Epidemic Empire is intended primarily as a contribution to postcolonial criticism and theory and to reading the disease poetics of empire as they undergo various crises and sublimations in the geopolitical landscape that has come into focus in the twenty-first century, a period in American an imperial history that has consistently stretched and redefined the meaning of the most foundational terms of the political: war, enmity, sovereignty, security, and health. one of the main goals of this book is to look at the relationship between these shifting epistemologies, narrative form, and imperial strategy” (19-20).

“In the face of the growing institutional power of ‘world literature’ as a depoliticizing scholarly paradigm, I insist here on the ongoing necessity of postcolonial reading methods that are adequate to the long history of racial capital global health, and the postcolonial geographies of the ‘Islamic’ world” (20).

“The global project of European colonization brought noncontiguous polities, cultures, and histories into contact with one another and in spaces of translation (literal, conceptual, and metaphorical) in ways that would radically impact later political and narrative formations in addition to disrupting the building of national literary canons. Barring the fact of subjugation, there is no homogeneous experience of colonialism, and even less so of anti- and postcolonialism” (20).

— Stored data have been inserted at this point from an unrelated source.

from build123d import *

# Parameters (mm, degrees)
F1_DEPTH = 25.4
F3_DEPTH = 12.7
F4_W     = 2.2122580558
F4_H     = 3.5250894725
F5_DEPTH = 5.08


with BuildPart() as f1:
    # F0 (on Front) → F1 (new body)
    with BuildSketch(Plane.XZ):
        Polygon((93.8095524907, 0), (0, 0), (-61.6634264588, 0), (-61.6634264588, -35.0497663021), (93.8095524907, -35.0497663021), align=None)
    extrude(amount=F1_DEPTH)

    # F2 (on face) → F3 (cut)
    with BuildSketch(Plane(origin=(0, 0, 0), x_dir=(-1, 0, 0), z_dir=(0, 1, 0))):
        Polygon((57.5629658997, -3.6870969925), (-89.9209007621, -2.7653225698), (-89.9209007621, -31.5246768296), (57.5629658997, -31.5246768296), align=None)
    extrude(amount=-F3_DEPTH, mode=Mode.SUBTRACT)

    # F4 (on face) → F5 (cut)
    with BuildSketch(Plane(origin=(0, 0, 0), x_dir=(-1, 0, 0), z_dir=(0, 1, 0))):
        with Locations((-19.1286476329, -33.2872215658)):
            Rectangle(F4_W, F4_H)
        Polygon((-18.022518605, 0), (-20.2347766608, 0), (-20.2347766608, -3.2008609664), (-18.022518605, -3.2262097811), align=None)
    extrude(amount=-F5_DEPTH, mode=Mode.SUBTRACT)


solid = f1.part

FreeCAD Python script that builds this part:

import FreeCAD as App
import Part
import Sketcher
Q = App.Units.Quantity

doc = App.newDocument("Part")
body = doc.addObject("PartDesign::Body", "Body")

sketch1 = body.newObject("Sketcher::SketchObject", "Sketch")
sketch1.AttachmentSupport = (doc.getObject("XZ_Plane"), [""])
sketch1.MapMode = "FlatFace"
sketch1.addGeometry([
    Part.LineSegment(App.Vector(94, 0, 0), App.Vector(-62, 0, 0)),
    Part.LineSegment(App.Vector(-62, 0, 0), App.Vector(-62, -35, 0)),
    Part.LineSegment(App.Vector(-62, -35, 0), App.Vector(94, -35, 0)),
    Part.LineSegment(App.Vector(94, -35, 0), App.Vector(94, 0, 0)),
], False)
sketch1.addConstraint([
    Sketcher.Constraint("Coincident", 0, 2, 1, 1),
    Sketcher.Constraint("Coincident", 1, 2, 2, 1),
    Sketcher.Constraint("Coincident", 2, 2, 3, 1),
    Sketcher.Constraint("Coincident", 3, 2, 0, 1),
    Sketcher.Constraint("Horizontal", 0),
    Sketcher.Constraint("Vertical", 1),
    Sketcher.Constraint("Horizontal", 2),
    Sketcher.Constraint("Vertical", 3),
    Sketcher.Constraint("PointOnObject", 0, 2, -1),
    Sketcher.Constraint("DistanceX", 0, 2, 0, 1, 155.472979),
    Sketcher.Constraint("DistanceY", 1, 2, 1, 1, 35.049766),
    Sketcher.Constraint("DistanceX", 0, 2, -1, 1, 61.663426),
])
pad1 = body.newObject("PartDesign::Pad", "Pad")
pad1.Profile = sketch1
pad1.Length = Q("1 in")

sketch2 = body.newObject("Sketcher::SketchObject", "Sketch001")
sketch2.AttachmentSupport = (doc.getObject("XZ_Plane"), [""])
sketch2.MapMode = "FlatFace"
sketch2.addGeometry([
    Part.LineSegment(App.Vector(-58, -4, 0), App.Vector(90, -3, 0)),
    Part.LineSegment(App.Vector(90, -3, 0), App.Vector(90, -32, 0)),
    Part.LineSegment(App.Vector(90, -32, 0), App.Vector(-58, -32, 0)),
    Part.LineSegment(App.Vector(-58, -32, 0), App.Vector(-58, -4, 0)),
], False)
sketch2.addConstraint([
    Sketcher.Constraint("Coincident", 0, 2, 1, 1),
    Sketcher.Constraint("Coincident", 1, 2, 2, 1),
    Sketcher.Constraint("Coincident", 2, 2, 3, 1),
    Sketcher.Constraint("Coincident", 3, 2, 0, 1),
    Sketcher.Constraint("Vertical", 1),
    Sketcher.Constraint("Horizontal", 2),
    Sketcher.Constraint("Vertical", 3),
    Sketcher.Constraint("DistanceY", 3, 1, 3, 2, 27.83758),
    Sketcher.Constraint("DistanceX", -1, 1, 0, 2, 89.920901),
    Sketcher.Constraint("DistanceX", 2, 2, 2, 1, 147.483867),
    Sketcher.Constraint("DistanceY", 1, 2, 1, 1, 28.759354),
    Sketcher.Constraint("DistanceY", 0, 2, -1, 1, 2.765323),
])
pocket1 = body.newObject("PartDesign::Pocket", "Pocket")
pocket1.Profile = sketch2
pocket1.Length = Q("0.5 in")
pocket1.Reversed = True

sketch3 = body.newObject("Sketcher::SketchObject", "Sketch002")
sketch3.AttachmentSupport = (doc.getObject("XZ_Plane"), [""])
sketch3.MapMode = "FlatFace"
sketch3.addGeometry([
    Part.LineSegment(App.Vector(20.2, -31.5, 0), App.Vector(20.2, -35, 0)),
    Part.LineSegment(App.Vector(20.2, -35, 0), App.Vector(18, -35, 0)),
    Part.LineSegment(App.Vector(18, -35, 0), App.Vector(18, -31.5, 0)),
    Part.LineSegment(App.Vector(18, -31.5, 0), App.Vector(20.2, -31.5, 0)),
    Part.LineSegment(App.Vector(18, 0, 0), App.Vector(20.2, 0, 0)),
    Part.LineSegment(App.Vector(20.2, 0, 0), App.Vector(20.2, -3.2, 0)),
    Part.LineSegment(App.Vector(20.2, -3.2, 0), App.Vector(18, -3.2, 0)),
    Part.LineSegment(App.Vector(18, -3.2, 0), App.Vector(18, 0, 0)),
], False)
sketch3.addConstraint([
    Sketcher.Constraint("Coincident", 0, 2, 1, 1),
    Sketcher.Constraint("Coincident", 1, 2, 2, 1),
    Sketcher.Constraint("Coincident", 2, 2, 3, 1),
    Sketcher.Constraint("Coincident", 3, 2, 0, 1),
    Sketcher.Constraint("Coincident", 4, 2, 5, 1),
    Sketcher.Constraint("Coincident", 5, 2, 6, 1),
    Sketcher.Constraint("Coincident", 6, 2, 7, 1),
    Sketcher.Constraint("Coincident", 7, 2, 4, 1),
    Sketcher.Constraint("Vertical", 0),
    Sketcher.Constraint("Horizontal", 1),
    Sketcher.Constraint("Vertical", 2),
    Sketcher.Constraint("Horizontal", 3),
    Sketcher.Constraint("Horizontal", 4),
    Sketcher.Constraint("Vertical", 5),
    Sketcher.Constraint("Vertical", 7),
    Sketcher.Constraint("PointOnObject", 4, 2, -1),
    Sketcher.Constraint("Vertical", 3, 2, 4, 2),
    Sketcher.Constraint("Vertical", 2, 2, 6, 2),
    Sketcher.Constraint("DistanceX", 1, 2, 1, 1, 2.212258),
    Sketcher.Constraint("DistanceY", 0, 2, 0, 1, 3.525089),
    Sketcher.Constraint("DistanceY", 5, 2, 5, 1, 3.200861),
    Sketcher.Constraint("DistanceY", 7, 1, 7, 2, 3.22621),
    Sketcher.Constraint("DistanceX", -1, 1, 1, 2, 18.022519),
    Sketcher.Constraint("DistanceY", 0, 2, -1, 1, 35.049766),
])
pocket2 = body.newObject("PartDesign::Pocket", "Pocket001")
pocket2.Profile = sketch3
pocket2.Length = Q("0.2 in")
pocket2.Reversed = True

doc.recompute()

“My impulse to continue in this anti- and postcolonial vein is reparative, and is grounded in the observation that in the hands of their most capable practitioners, subaltern history and comparative postcolonial approaches always resist the homogenizing impulse of both Eurocentric comparative literature and the center-periphery models of imperial power and the vehicular languages of empire. I follow this critical practice because it is committed from its inception to the possibilities and promises of a global resistance to economic and political exploitation, crystallized in early and mid-twentieth-century international efforts to repudiate colonialism” (20-21).

“…epidemic fiction always draws into its orbit the cultural and social memories of outbreaks and crises past. The epidemic is, in this sense, a kind of archive, shaped by and responsive to colonial expansion” (21).

“An epidemic materialist historiography brings into view a nodal temporal map of the shared precariousness of progress and order—the constant threat of something nascent or endemic exploding with new force out of the local and into the global, laying waste not just to the material facts of progress, but also to the very idea of it” (22).